Baorto D M, Cimino J J, Parvin C A, Kahn M G
Department of Pathology, Washington University School of Medicine, Washington University, St. Louis, MO 63110, USA.
Int J Med Inform. 1998 Jul;51(1):29-37. doi: 10.1016/s1386-5056(98)00089-6.
A standard set of names and codes for laboratory test results is critical for any endeavor requiring automated data pooling, including multi-institutional research and cross-facility patient care. This need has led to the development of the logical observation identifier names and codes (LOINC) database and its test-naming convention. This study is an expansion of a pilot study using LOINC to exchange laboratory data between Columbia University Medical Center in New York and Barnes Hospital at Washington University in St. Louis, where we described complexities and ambiguities that arose in the LOINC coding process (D.M. Baorto, J.J. Cimino, C.A. Parvin, M.G. Kahn, Proc. Am. Med. Inf. Assoc. 1997). For the present study, we required the same two medical centers to again extract raw laboratory data from their local information system for a defined patient population, translate tests into LOINC and provide aggregate data which could then be used to compare laboratory utilization. Here we examine a larger number of tests from each site which have been recoded using an updated version of the LOINC database. We conclude that the coding of local tests into LOINC can often be complex, especially the 'Kind of Property' field and apparently trivial differences in choices made by individual institutions can result in nonmatches in electronically pooled data. In the present study, 75% of failures to match the same tests between different institutions using LOINC codes were due to differences in local coding choices. LOINC has the potential to eliminate the need for detailed human inspection during the pooling of laboratory data from diverse sites and perhaps even a built-in capability to adjust matching stringency by selecting subsets of LOINC fields required to match. However, a quality standard coding procedure is required and examples highlighted in this paper may require special attention while mapping to LOINC.

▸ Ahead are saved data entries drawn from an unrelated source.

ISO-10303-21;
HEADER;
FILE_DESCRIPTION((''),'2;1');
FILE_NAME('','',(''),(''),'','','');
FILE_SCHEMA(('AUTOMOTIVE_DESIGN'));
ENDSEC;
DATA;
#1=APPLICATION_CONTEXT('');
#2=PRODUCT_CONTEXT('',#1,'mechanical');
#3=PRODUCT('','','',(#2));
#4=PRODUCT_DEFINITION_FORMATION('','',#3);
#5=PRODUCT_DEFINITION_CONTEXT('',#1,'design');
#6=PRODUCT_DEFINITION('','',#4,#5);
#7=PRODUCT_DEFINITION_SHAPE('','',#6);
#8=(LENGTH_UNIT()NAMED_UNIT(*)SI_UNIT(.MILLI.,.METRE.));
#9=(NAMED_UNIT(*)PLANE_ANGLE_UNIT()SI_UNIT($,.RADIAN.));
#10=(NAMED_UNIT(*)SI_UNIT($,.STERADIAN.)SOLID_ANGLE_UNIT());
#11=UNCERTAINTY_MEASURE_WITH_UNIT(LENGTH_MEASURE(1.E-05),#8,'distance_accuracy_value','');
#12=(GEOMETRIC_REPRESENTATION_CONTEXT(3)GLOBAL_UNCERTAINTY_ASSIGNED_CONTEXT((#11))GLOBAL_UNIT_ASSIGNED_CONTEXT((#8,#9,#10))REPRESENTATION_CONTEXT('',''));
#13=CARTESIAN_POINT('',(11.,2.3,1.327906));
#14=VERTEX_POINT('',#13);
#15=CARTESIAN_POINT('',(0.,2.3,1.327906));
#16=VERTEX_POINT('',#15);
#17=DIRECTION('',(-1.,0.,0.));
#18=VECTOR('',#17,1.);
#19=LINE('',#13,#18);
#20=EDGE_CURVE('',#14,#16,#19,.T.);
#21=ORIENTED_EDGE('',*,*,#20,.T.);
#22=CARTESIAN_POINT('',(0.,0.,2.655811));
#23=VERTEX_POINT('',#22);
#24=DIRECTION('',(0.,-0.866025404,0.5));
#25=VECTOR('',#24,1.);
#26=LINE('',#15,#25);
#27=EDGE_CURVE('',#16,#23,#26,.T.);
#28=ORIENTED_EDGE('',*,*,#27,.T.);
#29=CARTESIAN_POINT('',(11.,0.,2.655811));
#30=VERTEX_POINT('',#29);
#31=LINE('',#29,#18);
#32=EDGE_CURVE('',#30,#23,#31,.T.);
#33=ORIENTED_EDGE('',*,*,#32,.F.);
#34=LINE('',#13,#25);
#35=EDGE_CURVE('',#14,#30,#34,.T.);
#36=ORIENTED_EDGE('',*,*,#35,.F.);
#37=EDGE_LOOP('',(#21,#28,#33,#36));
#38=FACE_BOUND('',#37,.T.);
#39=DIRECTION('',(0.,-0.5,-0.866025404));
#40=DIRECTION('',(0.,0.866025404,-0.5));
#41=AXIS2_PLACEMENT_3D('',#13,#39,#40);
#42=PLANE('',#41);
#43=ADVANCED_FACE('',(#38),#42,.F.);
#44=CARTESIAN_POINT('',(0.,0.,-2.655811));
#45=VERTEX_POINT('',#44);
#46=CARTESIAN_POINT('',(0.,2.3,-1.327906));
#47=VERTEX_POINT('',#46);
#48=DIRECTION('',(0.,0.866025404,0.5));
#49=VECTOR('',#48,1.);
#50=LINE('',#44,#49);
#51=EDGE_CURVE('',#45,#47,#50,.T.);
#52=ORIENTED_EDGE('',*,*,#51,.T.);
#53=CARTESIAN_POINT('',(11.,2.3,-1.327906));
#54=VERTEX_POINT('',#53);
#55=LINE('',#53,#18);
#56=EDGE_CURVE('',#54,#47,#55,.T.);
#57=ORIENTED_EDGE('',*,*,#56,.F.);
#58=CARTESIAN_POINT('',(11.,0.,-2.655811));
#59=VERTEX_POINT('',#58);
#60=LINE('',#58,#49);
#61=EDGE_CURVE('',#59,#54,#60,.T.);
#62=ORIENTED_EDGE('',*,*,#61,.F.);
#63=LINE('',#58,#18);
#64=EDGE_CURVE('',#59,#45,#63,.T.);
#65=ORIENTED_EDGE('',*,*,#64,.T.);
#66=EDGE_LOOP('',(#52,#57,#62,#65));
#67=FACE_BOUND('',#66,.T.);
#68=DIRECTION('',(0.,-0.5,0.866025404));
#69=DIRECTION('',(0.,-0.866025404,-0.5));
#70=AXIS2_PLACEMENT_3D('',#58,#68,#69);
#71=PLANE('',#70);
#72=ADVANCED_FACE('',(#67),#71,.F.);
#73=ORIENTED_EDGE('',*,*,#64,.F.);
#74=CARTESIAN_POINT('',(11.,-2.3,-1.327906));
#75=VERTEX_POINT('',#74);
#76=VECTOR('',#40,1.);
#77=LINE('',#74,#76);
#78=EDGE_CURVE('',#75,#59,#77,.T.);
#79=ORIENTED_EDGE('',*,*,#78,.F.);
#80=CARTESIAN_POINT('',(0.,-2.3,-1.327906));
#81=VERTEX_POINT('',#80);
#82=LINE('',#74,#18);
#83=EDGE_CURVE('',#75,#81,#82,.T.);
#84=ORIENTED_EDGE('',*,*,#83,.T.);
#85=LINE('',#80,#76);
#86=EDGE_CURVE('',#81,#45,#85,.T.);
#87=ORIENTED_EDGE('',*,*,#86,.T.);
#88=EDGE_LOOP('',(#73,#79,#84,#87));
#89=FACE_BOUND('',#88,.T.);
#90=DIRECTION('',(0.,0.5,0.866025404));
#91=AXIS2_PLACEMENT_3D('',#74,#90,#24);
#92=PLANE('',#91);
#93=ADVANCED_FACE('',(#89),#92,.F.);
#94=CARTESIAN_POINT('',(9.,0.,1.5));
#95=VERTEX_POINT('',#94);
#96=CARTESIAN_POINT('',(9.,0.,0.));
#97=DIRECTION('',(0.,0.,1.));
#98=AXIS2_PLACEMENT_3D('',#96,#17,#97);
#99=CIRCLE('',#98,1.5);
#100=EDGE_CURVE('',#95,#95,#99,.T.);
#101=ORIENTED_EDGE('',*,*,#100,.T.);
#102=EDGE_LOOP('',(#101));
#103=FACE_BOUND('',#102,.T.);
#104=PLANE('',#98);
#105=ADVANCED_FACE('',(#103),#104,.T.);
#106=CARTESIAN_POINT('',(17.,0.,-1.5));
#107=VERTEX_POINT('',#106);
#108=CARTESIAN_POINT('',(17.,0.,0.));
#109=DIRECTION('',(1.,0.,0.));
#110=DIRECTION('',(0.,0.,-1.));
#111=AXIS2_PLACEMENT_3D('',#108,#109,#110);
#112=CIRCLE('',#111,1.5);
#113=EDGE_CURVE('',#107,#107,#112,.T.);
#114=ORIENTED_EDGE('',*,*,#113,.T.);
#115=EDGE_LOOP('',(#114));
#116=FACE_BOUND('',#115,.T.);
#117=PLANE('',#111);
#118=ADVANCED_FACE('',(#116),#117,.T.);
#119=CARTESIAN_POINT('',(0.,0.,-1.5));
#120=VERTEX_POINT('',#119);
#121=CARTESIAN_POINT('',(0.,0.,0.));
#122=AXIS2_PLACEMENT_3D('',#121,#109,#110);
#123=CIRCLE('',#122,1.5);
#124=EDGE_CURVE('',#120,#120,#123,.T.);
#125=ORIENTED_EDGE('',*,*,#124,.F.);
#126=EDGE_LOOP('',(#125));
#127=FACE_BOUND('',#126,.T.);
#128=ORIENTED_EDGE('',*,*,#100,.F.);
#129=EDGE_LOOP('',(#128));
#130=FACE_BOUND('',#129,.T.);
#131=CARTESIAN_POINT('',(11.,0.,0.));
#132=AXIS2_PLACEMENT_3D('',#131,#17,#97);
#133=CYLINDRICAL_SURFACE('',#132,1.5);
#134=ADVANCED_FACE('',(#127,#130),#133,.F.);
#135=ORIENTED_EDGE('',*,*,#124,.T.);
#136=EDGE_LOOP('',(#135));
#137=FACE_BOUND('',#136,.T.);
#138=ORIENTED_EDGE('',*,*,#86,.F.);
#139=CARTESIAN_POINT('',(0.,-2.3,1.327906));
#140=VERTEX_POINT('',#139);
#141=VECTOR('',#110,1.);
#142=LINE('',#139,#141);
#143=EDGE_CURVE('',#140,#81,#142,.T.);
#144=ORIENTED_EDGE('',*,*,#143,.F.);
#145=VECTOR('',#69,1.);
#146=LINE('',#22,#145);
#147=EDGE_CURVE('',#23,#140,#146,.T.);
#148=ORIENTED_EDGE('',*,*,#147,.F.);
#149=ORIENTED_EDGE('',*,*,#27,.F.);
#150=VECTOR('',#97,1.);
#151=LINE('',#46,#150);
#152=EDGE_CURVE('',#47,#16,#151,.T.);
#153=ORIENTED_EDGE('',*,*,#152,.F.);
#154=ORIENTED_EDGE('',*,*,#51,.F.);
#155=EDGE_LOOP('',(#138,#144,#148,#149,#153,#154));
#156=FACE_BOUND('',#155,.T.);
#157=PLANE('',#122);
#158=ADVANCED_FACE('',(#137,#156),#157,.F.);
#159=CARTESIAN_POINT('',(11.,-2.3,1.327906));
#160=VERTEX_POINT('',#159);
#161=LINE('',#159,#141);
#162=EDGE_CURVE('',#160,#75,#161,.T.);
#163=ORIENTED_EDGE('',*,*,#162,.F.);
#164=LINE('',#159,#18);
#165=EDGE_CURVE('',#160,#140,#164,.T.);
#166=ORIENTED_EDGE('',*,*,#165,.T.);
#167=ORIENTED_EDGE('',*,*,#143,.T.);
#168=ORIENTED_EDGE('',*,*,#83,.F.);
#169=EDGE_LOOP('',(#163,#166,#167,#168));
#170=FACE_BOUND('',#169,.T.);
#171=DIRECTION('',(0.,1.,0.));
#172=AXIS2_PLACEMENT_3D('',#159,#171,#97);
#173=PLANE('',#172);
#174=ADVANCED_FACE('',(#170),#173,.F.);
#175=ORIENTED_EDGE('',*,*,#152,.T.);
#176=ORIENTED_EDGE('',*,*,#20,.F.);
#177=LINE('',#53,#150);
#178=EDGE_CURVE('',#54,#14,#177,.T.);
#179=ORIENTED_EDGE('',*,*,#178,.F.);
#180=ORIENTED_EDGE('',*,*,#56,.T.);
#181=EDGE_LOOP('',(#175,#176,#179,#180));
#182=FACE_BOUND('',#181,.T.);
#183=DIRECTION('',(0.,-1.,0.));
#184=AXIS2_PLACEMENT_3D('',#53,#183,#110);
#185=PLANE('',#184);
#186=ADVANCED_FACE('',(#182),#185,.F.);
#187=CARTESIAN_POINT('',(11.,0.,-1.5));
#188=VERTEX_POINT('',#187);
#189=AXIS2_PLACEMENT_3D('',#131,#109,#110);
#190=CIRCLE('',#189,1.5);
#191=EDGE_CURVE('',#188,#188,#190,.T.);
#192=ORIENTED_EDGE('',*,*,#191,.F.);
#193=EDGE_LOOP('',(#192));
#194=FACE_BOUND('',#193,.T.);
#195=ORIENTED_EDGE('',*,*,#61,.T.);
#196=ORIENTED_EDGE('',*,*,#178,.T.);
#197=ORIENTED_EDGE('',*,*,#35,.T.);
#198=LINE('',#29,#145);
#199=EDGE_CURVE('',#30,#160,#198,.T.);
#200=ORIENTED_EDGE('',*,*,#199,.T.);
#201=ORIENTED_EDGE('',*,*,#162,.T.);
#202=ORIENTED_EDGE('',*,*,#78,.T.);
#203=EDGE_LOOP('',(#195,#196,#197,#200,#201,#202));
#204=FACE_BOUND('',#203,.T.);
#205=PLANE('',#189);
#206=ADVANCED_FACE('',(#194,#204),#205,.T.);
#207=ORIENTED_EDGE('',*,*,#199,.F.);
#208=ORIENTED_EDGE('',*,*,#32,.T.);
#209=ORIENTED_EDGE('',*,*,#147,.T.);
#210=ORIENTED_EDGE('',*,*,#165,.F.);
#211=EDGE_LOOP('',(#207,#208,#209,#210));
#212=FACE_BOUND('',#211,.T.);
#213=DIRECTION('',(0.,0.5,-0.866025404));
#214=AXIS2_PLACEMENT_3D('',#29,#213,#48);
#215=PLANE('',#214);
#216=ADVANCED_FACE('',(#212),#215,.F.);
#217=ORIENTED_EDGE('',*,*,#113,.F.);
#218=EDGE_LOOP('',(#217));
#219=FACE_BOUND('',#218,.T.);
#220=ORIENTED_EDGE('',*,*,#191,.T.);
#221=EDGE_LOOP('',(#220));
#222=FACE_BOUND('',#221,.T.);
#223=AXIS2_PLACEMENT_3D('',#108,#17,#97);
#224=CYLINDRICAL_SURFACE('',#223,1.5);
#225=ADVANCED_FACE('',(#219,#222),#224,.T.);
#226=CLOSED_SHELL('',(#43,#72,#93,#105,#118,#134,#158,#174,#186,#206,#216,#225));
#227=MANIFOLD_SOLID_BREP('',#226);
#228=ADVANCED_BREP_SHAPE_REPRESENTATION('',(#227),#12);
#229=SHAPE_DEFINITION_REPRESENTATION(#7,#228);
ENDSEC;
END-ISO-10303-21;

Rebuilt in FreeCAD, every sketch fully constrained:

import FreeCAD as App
import Part
import Sketcher

V = App.Vector
Q = App.Units.Quantity

doc = App.newDocument("Part")
body = doc.addObject("PartDesign::Body", "Body")

sketch1 = doc.addObject("Sketcher::SketchObject", "Sketch")
body.addObject(sketch1)
sketch1.AttachmentSupport = (doc.YZ_Plane, [""])
sketch1.MapMode = "FlatFace"
sketch1.addGeometry(Part.LineSegment(V(2.3, -1.327906, 0), V(2.3, 1.327906, 0)), False)
sketch1.addGeometry(Part.LineSegment(V(2.3, 1.327906, 0), V(0, 2.655811, 0)), False)
sketch1.addGeometry(Part.LineSegment(V(0, 2.655811, 0), V(-2.3, 1.327906, 0)), False)
sketch1.addGeometry(Part.LineSegment(V(-2.3, 1.327906, 0), V(-2.3, -1.327906, 0)), False)
sketch1.addGeometry(Part.LineSegment(V(-2.3, -1.327906, 0), V(0, -2.655811, 0)), False)
sketch1.addGeometry(Part.LineSegment(V(0, -2.655811, 0), V(2.3, -1.327906, 0)), False)
sketch1.addGeometry(Part.Circle(V(0, 0, 0), V(0, 0, 1), 1.5), False)
sketch1.addConstraint(Sketcher.Constraint("Coincident", 0, 2, 1, 1))
sketch1.addConstraint(Sketcher.Constraint("Coincident", 1, 2, 2, 1))
sketch1.addConstraint(Sketcher.Constraint("Coincident", 2, 2, 3, 1))
sketch1.addConstraint(Sketcher.Constraint("Coincident", 3, 2, 4, 1))
sketch1.addConstraint(Sketcher.Constraint("Coincident", 4, 2, 5, 1))
sketch1.addConstraint(Sketcher.Constraint("Coincident", 5, 2, 0, 1))
sketch1.addConstraint(Sketcher.Constraint("Vertical", 0))
sketch1.addConstraint(Sketcher.Constraint("Vertical", 3))
sketch1.addConstraint(Sketcher.Constraint("Coincident", 6, 3, -1, 1))
sketch1.addConstraint(Sketcher.Constraint("Symmetric", 0, 2, 3, 2, -1, 1))
sketch1.addConstraint(Sketcher.Constraint("Symmetric", 1, 2, 4, 2, -1, 1))
sketch1.addConstraint(Sketcher.Constraint("PointOnObject", 1, 2, -2))
sketch1.addConstraint(Sketcher.Constraint("Parallel", 2, 5))
sketch1.addConstraint(Sketcher.Constraint("Horizontal", 0, 2, 2, 2))
sketch1.addConstraint(Sketcher.Constraint("Diameter", 6, Q("3 mm")))
sketch1.addConstraint(Sketcher.Constraint("Angle", 1, Q("150 deg")))
sketch1.addConstraint(Sketcher.Constraint("DistanceX", -1, 1, 0, 2, Q("2.3 mm")))
sketch1.addConstraint(Sketcher.Constraint("DistanceY", 0, 1, 0, 2, Q("2.655811 mm")))
pad1 = doc.addObject("PartDesign::Pad", "Pad")
body.addObject(pad1)
pad1.Profile = sketch1
pad1.Length = 11
body2 = doc.addObject("PartDesign::Body", "Body001")

sketch2 = doc.addObject("Sketcher::SketchObject", "Sketch001")
body2.addObject(sketch2)
sketch2.AttachmentSupport = (doc.getObject("YZ_Plane001"), [""])
sketch2.MapMode = "FlatFace"
sketch2.AttachmentOffset = App.Placement(V(0, 0, 11), App.Rotation())
sketch2.addGeometry(Part.Circle(V(0, 0, 0), V(0, 0, 1), 1.5), False)
sketch2.addConstraint(Sketcher.Constraint("Coincident", 0, 3, -1, 1))
sketch2.addConstraint(Sketcher.Constraint("Diameter", 0, Q("3 mm")))
pad2 = doc.addObject("PartDesign::Pad", "Pad001")
body2.addObject(pad2)
pad2.Profile = sketch2
pad2.Length = 6
body.AllowCompound = True
doc.recompute()

boolean = doc.addObject("PartDesign::Boolean", "Boolean")
body.addObject(boolean)
boolean.Type = "Fuse"
boolean.addObjects([body2])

一套标准的实验室检测结果名称和代码对于任何需要自动数据汇总的工作都至关重要,包括多机构研究和跨机构患者护理。这种需求促使了逻辑观察标识符名称和代码(LOINC)数据库及其测试命名规范的发展。本研究是一项试点研究的扩展,该试点研究使用LOINC在纽约的哥伦比亚大学医学中心和圣路易斯华盛顿大学的巴恩斯医院之间交换实验室数据,我们在其中描述了LOINC编码过程中出现的复杂性和模糊性(D.M. Baorto、J.J. Cimino、C.A. Parvin、M.G. Kahn,《美国医学信息学会会刊》,1997年)。对于本研究,我们要求同样的两个医学中心再次从其本地信息系统中为特定患者群体提取原始实验室数据,将检测项目转换为LOINC代码,并提供汇总数据,然后可用于比较实验室利用率。在这里,我们检查了来自每个站点的大量使用更新版LOINC数据库重新编码的检测项目。我们得出结论,将本地检测项目编码为LOINC代码通常可能很复杂,尤其是“属性类型”字段,而且各机构在选择上的明显细微差异可能导致电子汇总数据不匹配。在本研究中,使用LOINC代码在不同机构之间未能匹配相同检测项目的情况中,75%是由于本地编码选择的差异。LOINC有潜力消除在汇总来自不同站点的实验室数据时进行详细人工检查的必要性,甚至可能具有通过选择匹配所需的LOINC字段子集来调整匹配严格度的内置功能。然而,需要一个质量标准编码程序,并且本文中突出显示的示例在映射到LOINC时可能需要特别关注。